Among the entries below, find the line with "fillet2_edges = [part.edges().sort_by_distance(p)[0]", then quote it and each following line up to and including the line with "FreeCAD Python script", and nothing else.

Saved data entries >>
Content starts
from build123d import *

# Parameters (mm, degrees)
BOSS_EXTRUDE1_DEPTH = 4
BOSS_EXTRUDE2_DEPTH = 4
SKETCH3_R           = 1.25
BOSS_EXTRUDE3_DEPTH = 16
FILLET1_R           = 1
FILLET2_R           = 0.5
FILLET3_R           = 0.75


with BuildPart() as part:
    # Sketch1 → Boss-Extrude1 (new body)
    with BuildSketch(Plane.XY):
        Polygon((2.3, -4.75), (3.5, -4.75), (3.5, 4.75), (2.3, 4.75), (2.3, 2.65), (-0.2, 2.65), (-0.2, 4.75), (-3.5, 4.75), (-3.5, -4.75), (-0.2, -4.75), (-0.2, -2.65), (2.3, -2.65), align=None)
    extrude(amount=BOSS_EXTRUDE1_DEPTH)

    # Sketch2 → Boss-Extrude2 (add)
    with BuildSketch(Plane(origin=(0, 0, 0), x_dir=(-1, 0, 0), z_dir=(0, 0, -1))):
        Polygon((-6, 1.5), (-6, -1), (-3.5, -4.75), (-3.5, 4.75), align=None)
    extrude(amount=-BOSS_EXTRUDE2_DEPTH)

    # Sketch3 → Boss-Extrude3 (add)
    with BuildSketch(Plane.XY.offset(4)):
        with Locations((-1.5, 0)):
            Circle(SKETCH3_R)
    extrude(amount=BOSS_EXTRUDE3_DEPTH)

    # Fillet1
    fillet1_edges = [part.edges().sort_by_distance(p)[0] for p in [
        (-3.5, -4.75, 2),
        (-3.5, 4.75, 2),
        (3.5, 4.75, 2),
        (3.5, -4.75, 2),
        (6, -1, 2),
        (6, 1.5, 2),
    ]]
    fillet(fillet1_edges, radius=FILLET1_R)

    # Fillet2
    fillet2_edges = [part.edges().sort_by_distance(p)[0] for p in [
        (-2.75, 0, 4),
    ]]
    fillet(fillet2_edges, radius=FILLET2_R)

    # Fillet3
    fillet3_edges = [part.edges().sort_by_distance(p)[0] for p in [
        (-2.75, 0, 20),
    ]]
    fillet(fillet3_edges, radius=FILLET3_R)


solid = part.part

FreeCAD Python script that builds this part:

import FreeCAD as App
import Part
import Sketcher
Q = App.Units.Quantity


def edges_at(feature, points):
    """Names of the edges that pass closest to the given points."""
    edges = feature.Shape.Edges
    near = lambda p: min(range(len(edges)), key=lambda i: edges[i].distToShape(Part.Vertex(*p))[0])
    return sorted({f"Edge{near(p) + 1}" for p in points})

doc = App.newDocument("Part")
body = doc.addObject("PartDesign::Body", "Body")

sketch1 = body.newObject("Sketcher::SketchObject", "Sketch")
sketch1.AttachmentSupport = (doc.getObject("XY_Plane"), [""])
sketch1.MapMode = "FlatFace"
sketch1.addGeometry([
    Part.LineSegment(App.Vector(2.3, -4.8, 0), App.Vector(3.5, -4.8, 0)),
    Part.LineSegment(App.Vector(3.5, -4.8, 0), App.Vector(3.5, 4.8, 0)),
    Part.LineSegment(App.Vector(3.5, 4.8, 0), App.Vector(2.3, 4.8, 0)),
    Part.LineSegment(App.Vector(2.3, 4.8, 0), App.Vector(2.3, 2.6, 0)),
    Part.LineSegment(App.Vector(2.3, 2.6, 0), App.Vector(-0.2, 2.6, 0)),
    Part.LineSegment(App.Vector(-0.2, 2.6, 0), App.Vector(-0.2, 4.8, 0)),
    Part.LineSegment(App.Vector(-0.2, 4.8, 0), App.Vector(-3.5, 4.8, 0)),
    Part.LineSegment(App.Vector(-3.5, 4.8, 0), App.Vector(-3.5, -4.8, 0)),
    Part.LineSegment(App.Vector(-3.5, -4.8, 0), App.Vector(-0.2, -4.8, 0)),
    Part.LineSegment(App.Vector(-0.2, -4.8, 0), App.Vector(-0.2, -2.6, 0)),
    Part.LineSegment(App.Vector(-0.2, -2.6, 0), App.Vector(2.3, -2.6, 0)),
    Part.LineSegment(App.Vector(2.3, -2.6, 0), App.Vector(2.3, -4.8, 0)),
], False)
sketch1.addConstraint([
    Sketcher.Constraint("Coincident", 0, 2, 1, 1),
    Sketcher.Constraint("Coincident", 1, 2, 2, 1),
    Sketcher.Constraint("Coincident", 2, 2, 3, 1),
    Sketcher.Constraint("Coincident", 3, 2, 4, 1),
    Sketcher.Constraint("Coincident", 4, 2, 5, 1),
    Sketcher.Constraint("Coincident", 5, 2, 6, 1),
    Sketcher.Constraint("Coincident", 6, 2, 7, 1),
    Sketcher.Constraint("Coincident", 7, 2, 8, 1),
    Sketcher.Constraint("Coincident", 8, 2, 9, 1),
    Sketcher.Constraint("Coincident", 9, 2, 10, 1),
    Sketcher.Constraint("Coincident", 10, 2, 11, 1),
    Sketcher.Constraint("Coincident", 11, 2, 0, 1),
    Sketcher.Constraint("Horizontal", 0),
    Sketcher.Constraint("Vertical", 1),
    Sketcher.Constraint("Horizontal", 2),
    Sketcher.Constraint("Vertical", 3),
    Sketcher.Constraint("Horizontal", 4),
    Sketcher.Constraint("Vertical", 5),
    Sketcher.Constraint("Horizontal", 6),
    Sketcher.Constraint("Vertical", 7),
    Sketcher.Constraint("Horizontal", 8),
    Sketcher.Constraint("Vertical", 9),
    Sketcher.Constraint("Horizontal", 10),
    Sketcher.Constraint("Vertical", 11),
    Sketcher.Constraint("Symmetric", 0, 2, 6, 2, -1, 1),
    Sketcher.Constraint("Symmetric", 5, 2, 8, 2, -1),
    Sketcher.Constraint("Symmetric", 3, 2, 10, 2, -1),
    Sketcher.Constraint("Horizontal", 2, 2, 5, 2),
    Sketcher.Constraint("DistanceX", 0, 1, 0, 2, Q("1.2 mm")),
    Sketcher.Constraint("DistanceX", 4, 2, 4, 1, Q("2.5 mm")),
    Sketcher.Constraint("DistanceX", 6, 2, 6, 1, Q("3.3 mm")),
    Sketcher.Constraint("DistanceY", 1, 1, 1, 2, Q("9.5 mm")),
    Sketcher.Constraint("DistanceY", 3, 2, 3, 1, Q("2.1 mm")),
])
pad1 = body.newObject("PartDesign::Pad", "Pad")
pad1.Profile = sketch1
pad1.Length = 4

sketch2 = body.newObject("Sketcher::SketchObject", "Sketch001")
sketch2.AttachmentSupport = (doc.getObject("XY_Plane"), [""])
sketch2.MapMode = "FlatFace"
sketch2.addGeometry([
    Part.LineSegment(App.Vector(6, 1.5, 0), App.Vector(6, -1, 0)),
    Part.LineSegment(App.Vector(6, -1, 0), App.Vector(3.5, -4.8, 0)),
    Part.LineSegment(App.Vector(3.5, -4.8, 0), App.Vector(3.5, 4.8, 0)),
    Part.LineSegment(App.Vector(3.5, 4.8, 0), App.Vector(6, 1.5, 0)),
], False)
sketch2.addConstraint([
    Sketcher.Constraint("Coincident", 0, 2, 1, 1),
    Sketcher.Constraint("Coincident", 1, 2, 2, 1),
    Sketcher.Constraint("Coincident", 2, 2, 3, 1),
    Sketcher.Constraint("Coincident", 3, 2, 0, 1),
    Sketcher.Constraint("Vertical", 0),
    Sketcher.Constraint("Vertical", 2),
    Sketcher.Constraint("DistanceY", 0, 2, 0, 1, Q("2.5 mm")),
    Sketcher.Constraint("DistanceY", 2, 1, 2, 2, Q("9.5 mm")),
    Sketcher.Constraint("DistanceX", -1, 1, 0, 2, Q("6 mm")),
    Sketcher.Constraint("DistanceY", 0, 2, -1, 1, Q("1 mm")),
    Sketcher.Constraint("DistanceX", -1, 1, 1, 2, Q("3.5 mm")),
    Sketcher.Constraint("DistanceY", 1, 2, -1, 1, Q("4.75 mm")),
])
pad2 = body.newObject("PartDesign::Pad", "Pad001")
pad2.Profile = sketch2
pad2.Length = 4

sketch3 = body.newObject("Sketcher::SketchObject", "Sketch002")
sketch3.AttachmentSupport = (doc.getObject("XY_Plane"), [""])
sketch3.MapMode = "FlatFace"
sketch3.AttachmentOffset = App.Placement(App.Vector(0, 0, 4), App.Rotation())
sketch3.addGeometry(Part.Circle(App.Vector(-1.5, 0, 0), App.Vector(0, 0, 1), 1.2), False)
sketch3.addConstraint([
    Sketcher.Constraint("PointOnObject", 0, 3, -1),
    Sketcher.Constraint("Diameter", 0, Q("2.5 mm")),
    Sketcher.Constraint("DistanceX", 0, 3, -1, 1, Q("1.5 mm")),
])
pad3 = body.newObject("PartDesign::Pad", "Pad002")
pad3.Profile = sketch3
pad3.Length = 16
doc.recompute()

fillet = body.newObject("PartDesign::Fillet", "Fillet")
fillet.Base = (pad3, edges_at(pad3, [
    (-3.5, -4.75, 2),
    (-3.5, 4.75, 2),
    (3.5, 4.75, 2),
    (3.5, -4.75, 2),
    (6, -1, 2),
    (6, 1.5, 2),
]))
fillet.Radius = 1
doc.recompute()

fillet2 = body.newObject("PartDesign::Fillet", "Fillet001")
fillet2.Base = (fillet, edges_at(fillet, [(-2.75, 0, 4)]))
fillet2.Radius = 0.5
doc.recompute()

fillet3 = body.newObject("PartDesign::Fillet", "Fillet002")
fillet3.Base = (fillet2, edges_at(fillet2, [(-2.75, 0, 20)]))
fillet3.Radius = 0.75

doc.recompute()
Content ends
Answer section >>
    fillet2_edges = [part.edges().sort_by_distance(p)[0] for p in [
        (-2.75, 0, 4),
    ]]
    fillet(fillet2_edges, radius=FILLET2_R)

    # Fillet3
    fillet3_edges = [part.edges().sort_by_distance(p)[0] for p in [
        (-2.75, 0, 20),
    ]]
    fillet(fillet3_edges, radius=FILLET3_R)


solid = part.part

FreeCAD Python script that builds this part:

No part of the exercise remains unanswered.